Exercise data Start Marker

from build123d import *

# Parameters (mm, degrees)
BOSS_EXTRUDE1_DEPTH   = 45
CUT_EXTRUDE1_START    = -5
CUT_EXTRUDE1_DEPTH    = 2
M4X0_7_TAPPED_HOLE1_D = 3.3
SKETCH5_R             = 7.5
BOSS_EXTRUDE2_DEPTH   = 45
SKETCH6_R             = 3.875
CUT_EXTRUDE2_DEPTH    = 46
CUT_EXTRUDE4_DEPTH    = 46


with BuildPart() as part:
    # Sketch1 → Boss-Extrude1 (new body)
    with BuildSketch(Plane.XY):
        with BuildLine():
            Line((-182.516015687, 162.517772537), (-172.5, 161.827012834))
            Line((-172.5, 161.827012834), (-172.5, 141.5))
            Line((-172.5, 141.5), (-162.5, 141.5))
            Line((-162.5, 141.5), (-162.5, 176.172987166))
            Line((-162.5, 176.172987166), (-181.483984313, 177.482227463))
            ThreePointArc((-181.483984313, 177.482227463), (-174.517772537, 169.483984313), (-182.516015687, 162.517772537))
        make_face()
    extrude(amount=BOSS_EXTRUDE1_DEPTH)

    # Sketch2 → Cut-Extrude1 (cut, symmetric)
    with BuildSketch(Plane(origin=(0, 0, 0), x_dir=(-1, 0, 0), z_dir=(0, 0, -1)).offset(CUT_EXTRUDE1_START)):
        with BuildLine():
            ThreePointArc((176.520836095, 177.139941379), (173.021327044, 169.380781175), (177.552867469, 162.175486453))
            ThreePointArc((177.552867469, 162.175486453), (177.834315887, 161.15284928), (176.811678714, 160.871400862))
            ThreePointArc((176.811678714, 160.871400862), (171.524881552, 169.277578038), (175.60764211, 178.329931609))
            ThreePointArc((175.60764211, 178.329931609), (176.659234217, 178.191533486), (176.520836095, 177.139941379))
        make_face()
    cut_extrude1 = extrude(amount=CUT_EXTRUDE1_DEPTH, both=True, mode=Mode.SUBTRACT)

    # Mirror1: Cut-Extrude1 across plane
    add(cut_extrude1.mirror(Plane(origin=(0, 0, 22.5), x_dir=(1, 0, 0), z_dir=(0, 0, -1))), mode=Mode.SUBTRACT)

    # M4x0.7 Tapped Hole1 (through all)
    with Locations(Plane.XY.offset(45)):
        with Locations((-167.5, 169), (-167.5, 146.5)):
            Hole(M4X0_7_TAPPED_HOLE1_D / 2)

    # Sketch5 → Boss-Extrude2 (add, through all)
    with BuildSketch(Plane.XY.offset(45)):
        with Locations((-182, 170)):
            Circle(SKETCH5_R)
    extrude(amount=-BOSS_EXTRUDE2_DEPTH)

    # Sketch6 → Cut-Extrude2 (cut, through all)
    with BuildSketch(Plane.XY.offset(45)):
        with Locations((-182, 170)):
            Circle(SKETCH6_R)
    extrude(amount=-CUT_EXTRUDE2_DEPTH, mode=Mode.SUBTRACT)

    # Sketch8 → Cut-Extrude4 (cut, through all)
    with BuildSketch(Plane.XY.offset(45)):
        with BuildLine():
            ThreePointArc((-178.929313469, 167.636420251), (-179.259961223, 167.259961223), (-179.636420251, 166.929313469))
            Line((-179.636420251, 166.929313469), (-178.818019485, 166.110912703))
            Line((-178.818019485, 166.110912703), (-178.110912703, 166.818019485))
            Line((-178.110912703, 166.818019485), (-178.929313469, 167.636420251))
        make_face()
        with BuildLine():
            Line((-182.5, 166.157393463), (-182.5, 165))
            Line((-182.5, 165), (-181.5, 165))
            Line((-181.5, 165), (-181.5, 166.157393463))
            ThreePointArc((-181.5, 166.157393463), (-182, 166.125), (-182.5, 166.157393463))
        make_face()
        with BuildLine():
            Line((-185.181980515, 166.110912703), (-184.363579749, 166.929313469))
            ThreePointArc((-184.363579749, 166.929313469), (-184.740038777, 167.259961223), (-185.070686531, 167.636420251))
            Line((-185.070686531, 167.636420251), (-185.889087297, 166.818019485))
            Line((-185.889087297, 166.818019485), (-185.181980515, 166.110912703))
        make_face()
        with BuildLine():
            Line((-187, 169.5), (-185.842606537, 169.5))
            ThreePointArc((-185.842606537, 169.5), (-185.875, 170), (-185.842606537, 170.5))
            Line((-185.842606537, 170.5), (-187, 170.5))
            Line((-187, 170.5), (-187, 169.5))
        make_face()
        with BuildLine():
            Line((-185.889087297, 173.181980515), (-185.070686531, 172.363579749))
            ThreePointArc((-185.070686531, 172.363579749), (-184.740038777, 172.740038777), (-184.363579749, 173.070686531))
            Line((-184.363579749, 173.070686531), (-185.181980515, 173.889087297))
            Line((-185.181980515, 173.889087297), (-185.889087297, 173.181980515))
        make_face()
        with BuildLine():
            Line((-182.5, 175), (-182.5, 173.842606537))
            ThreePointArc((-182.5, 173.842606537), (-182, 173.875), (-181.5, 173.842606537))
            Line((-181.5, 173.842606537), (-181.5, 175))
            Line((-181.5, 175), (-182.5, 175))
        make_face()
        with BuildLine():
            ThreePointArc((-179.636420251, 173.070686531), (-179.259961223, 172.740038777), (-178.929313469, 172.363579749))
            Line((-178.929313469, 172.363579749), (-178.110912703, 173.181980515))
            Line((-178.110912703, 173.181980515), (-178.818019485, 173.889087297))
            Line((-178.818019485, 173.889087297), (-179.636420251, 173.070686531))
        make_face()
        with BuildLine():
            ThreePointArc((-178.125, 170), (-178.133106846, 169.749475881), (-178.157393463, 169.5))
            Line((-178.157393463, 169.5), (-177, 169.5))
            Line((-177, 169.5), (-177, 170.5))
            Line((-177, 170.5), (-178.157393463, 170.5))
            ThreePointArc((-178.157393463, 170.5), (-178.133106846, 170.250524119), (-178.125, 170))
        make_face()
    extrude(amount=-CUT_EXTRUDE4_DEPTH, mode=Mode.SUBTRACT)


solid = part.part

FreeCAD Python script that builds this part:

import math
import FreeCAD as App
import Part
import Sketcher

V = App.Vector
Q = App.Units.Quantity

doc = App.newDocument("Part")
body = doc.addObject("PartDesign::Body", "Body")

# Sketch on XY plane
sketch1 = doc.addObject("Sketcher::SketchObject", "Sketch")
body.addObject(sketch1)
sketch1.AttachmentSupport = (doc.XY_Plane, [""])
sketch1.MapMode = "FlatFace"
sketch1.addGeometry([
    Part.LineSegment(V(-182.516016, 162.517773, 0), V(-172.5, 161.827013, 0)),  # 0
    Part.LineSegment(V(-172.5, 161.827013, 0), V(-172.5, 141.5, 0)),  # 1
    Part.LineSegment(V(-172.5, 141.5, 0), V(-162.5, 141.5, 0)),  # 2
    Part.LineSegment(V(-162.5, 141.5, 0), V(-162.5, 176.172987, 0)),  # 3
    Part.LineSegment(V(-162.5, 176.172987, 0), V(-181.483984, 177.482227, 0)),  # 4
    Part.ArcOfCircle(Part.Circle(V(-182, 170, 0), V(0, 0, 1), 7.5), math.radians(-93.945186), math.radians(86.054814)),  # 5
], False)
sketch1.addConstraint([
    Sketcher.Constraint("Coincident", 0, 2, 1, 1),
    Sketcher.Constraint("Coincident", 1, 2, 2, 1),
    Sketcher.Constraint("Coincident", 2, 2, 3, 1),
    Sketcher.Constraint("Coincident", 3, 2, 4, 1),
    Sketcher.Constraint("Tangent", 4, 2, 5, 2),
    Sketcher.Constraint("Tangent", 5, 1, 0, 1),
    Sketcher.Constraint("Vertical", 1),
    Sketcher.Constraint("Horizontal", 2),
    Sketcher.Constraint("Vertical", 3),
    Sketcher.Constraint("Parallel", 0, 4),
    Sketcher.Constraint("Radius", 5, Q("7.5 mm")),
    Sketcher.Constraint("DistanceX", 2, 1, 2, 2, Q("10 mm")),
    Sketcher.Constraint("DistanceX", 5, 3, -1, 1, Q("182 mm")),
    Sketcher.Constraint("DistanceY", -1, 1, 5, 3, Q("170 mm")),
    Sketcher.Constraint("DistanceX", 0, 2, -1, 1, Q("172.5 mm")),
    Sketcher.Constraint("DistanceY", -1, 1, 1, 2, Q("141.5 mm")),
    Sketcher.Constraint("DistanceY", 1, 2, 1, 1, Q("20.327013 mm")),
])
pad1 = doc.addObject("PartDesign::Pad", "Pad")
body.addObject(pad1)
pad1.Profile = sketch1
pad1.Length = 45

# Sketch on XY plane
sketch2 = doc.addObject("Sketcher::SketchObject", "Sketch001")
body.addObject(sketch2)
sketch2.AttachmentSupport = (doc.XY_Plane, [""])
sketch2.MapMode = "FlatFace"
sketch2.AttachmentOffset = App.Placement(V(0, 0, 5), App.Rotation())
sketch2.addGeometry([
    Part.ArcOfCircle(Part.Circle(V(-182, 170, 0), V(0, 0, 1), 9), math.radians(-60.387876), math.radians(52.497504)),
    Part.ArcOfCircle(Part.Circle(V(-176.064239, 177.734936, 0), V(0, 0, 1), 0.75), math.radians(52.497504), math.radians(232.497504)),
    Part.ArcOfCircle(Part.Circle(V(-182, 170, 0), V(0, 0, 1), 10.5), math.radians(-60.387876), math.radians(52.497504)),
    Part.ArcOfCircle(Part.Circle(V(-177.182273, 161.523444, 0), V(0, 0, 1), 0.75), math.radians(119.612123), math.radians(299.612124)),
], False)
sketch2.addConstraint([
    Sketcher.Constraint("Tangent", 0, 2, 1, 2),
    Sketcher.Constraint("Tangent", 1, 1, 2, 2),
    Sketcher.Constraint("Tangent", 2, 1, 3, 2),
    Sketcher.Constraint("Tangent", 3, 1, 0, 1),
    Sketcher.Constraint("Coincident", 2, 3, 0, 3),
    Sketcher.Constraint("Radius", 0, Q("9 mm")),
    Sketcher.Constraint("Radius", 2, Q("10.5 mm")),
    Sketcher.Constraint("DistanceX", 0, 3, -1, 1, Q("182 mm")),
    Sketcher.Constraint("DistanceY", -1, 1, 0, 3, Q("170 mm")),
    Sketcher.Constraint("DistanceY", -1, 1, 2, 1, Q("160.871401 mm")),
    Sketcher.Constraint("DistanceX", 1, 3, -1, 1, Q("176.064239 mm")),
])
pocket1 = doc.addObject("PartDesign::Pocket", "Pocket")
body.addObject(pocket1)
pocket1.Profile = sketch2
pocket1.Length = 4
pocket1.Midplane = True
doc.recompute()

datumplane = doc.addObject("PartDesign::Plane", "DatumPlane")
body.addObject(datumplane)
datumplane.AttachmentSupport = (doc.XY_Plane, [""])
datumplane.MapMode = "FlatFace"
datumplane.AttachmentOffset = App.Placement(V(0, 0, 22.5), App.Rotation())
mirrored = doc.addObject("PartDesign::Mirrored", "Mirrored")
body.addObject(mirrored)
mirrored.Originals = [pocket1]
mirrored.MirrorPlane = (datumplane, [""])
body.Tip = mirrored

# Sketch on XY plane
sketch3 = doc.addObject("Sketcher::SketchObject", "Sketch002")
body.addObject(sketch3)
sketch3.AttachmentSupport = (doc.XY_Plane, [""])
sketch3.MapMode = "FlatFace"
sketch3.AttachmentOffset = App.Placement(V(0, 0, 45), App.Rotation())
sketch3.addGeometry([
    Part.Circle(V(-167.5, 169, 0), V(0, 0, 1), 1.65),
    Part.Circle(V(-167.5, 146.5, 0), V(0, 0, 1), 1.65),
], False)
sketch3.addConstraint([
    Sketcher.Constraint("Equal", 0, 1),
    Sketcher.Constraint("Vertical", 0, 3, 1, 3),
    Sketcher.Constraint("Diameter", 0, Q("3.3 mm")),
    Sketcher.Constraint("DistanceY", -1, 1, 0, 3, Q("169 mm")),
    Sketcher.Constraint("DistanceX", 0, 3, -1, 1, Q("167.5 mm")),
    Sketcher.Constraint("DistanceY", -1, 1, 1, 3, Q("146.5 mm")),
])
doc.recompute()
hole = doc.addObject("PartDesign::Hole", "Hole")
body.addObject(hole)
hole.Profile = sketch3
hole.ThreadType = "None"
hole.Diameter = 3.3
hole.DepthType = "ThroughAll"

# Sketch on XY plane
sketch4 = doc.addObject("Sketcher::SketchObject", "Sketch003")
body.addObject(sketch4)
sketch4.AttachmentSupport = (doc.XY_Plane, [""])
sketch4.MapMode = "FlatFace"
sketch4.AttachmentOffset = App.Placement(V(0, 0, 45), App.Rotation())
sketch4.addGeometry(Part.Circle(V(-182, 170, 0), V(0, 0, 1), 7.5), False)
sketch4.addConstraint([
    Sketcher.Constraint("Diameter", 0, Q("15 mm")),
    Sketcher.Constraint("DistanceX", 0, 3, -1, 1, Q("182 mm")),
    Sketcher.Constraint("DistanceY", -1, 1, 0, 3, Q("170 mm")),
])
pad2 = doc.addObject("PartDesign::Pad", "Pad001")
body.addObject(pad2)
pad2.Profile = sketch4
pad2.Length = 45
pad2.Reversed = True

# Sketch on XY plane
sketch5 = doc.addObject("Sketcher::SketchObject", "Sketch004")
body.addObject(sketch5)
sketch5.AttachmentSupport = (doc.XY_Plane, [""])
sketch5.MapMode = "FlatFace"
sketch5.AttachmentOffset = App.Placement(V(0, 0, 45), App.Rotation())
sketch5.addGeometry(Part.Circle(V(-182, 170, 0), V(0, 0, 1), 3.875), False)
sketch5.addConstraint([
    Sketcher.Constraint("Diameter", 0, Q("7.75 mm")),
    Sketcher.Constraint("DistanceX", 0, 3, -1, 1, Q("182 mm")),
    Sketcher.Constraint("DistanceY", -1, 1, 0, 3, Q("170 mm")),
])
pocket2 = doc.addObject("PartDesign::Pocket", "Pocket001")
body.addObject(pocket2)
pocket2.Profile = sketch5
pocket2.Type = "ThroughAll"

Exercise data End Marker

What you should do
In the listing above, find the line holding "173.889087297), (-179.636420251, 173.070686531))" and the line holding "Line((-177, 170.5), (-178.157393463, 170.5))", then output those two lines and every line between them exactly.

Task solution
            Line((-178.818019485, 173.889087297), (-179.636420251, 173.070686531))
        make_face()
        with BuildLine():
            ThreePointArc((-178.125, 170), (-178.133106846, 169.749475881), (-178.157393463, 169.5))
            Line((-178.157393463, 169.5), (-177, 169.5))
            Line((-177, 169.5), (-177, 170.5))
            Line((-177, 170.5), (-178.157393463, 170.5))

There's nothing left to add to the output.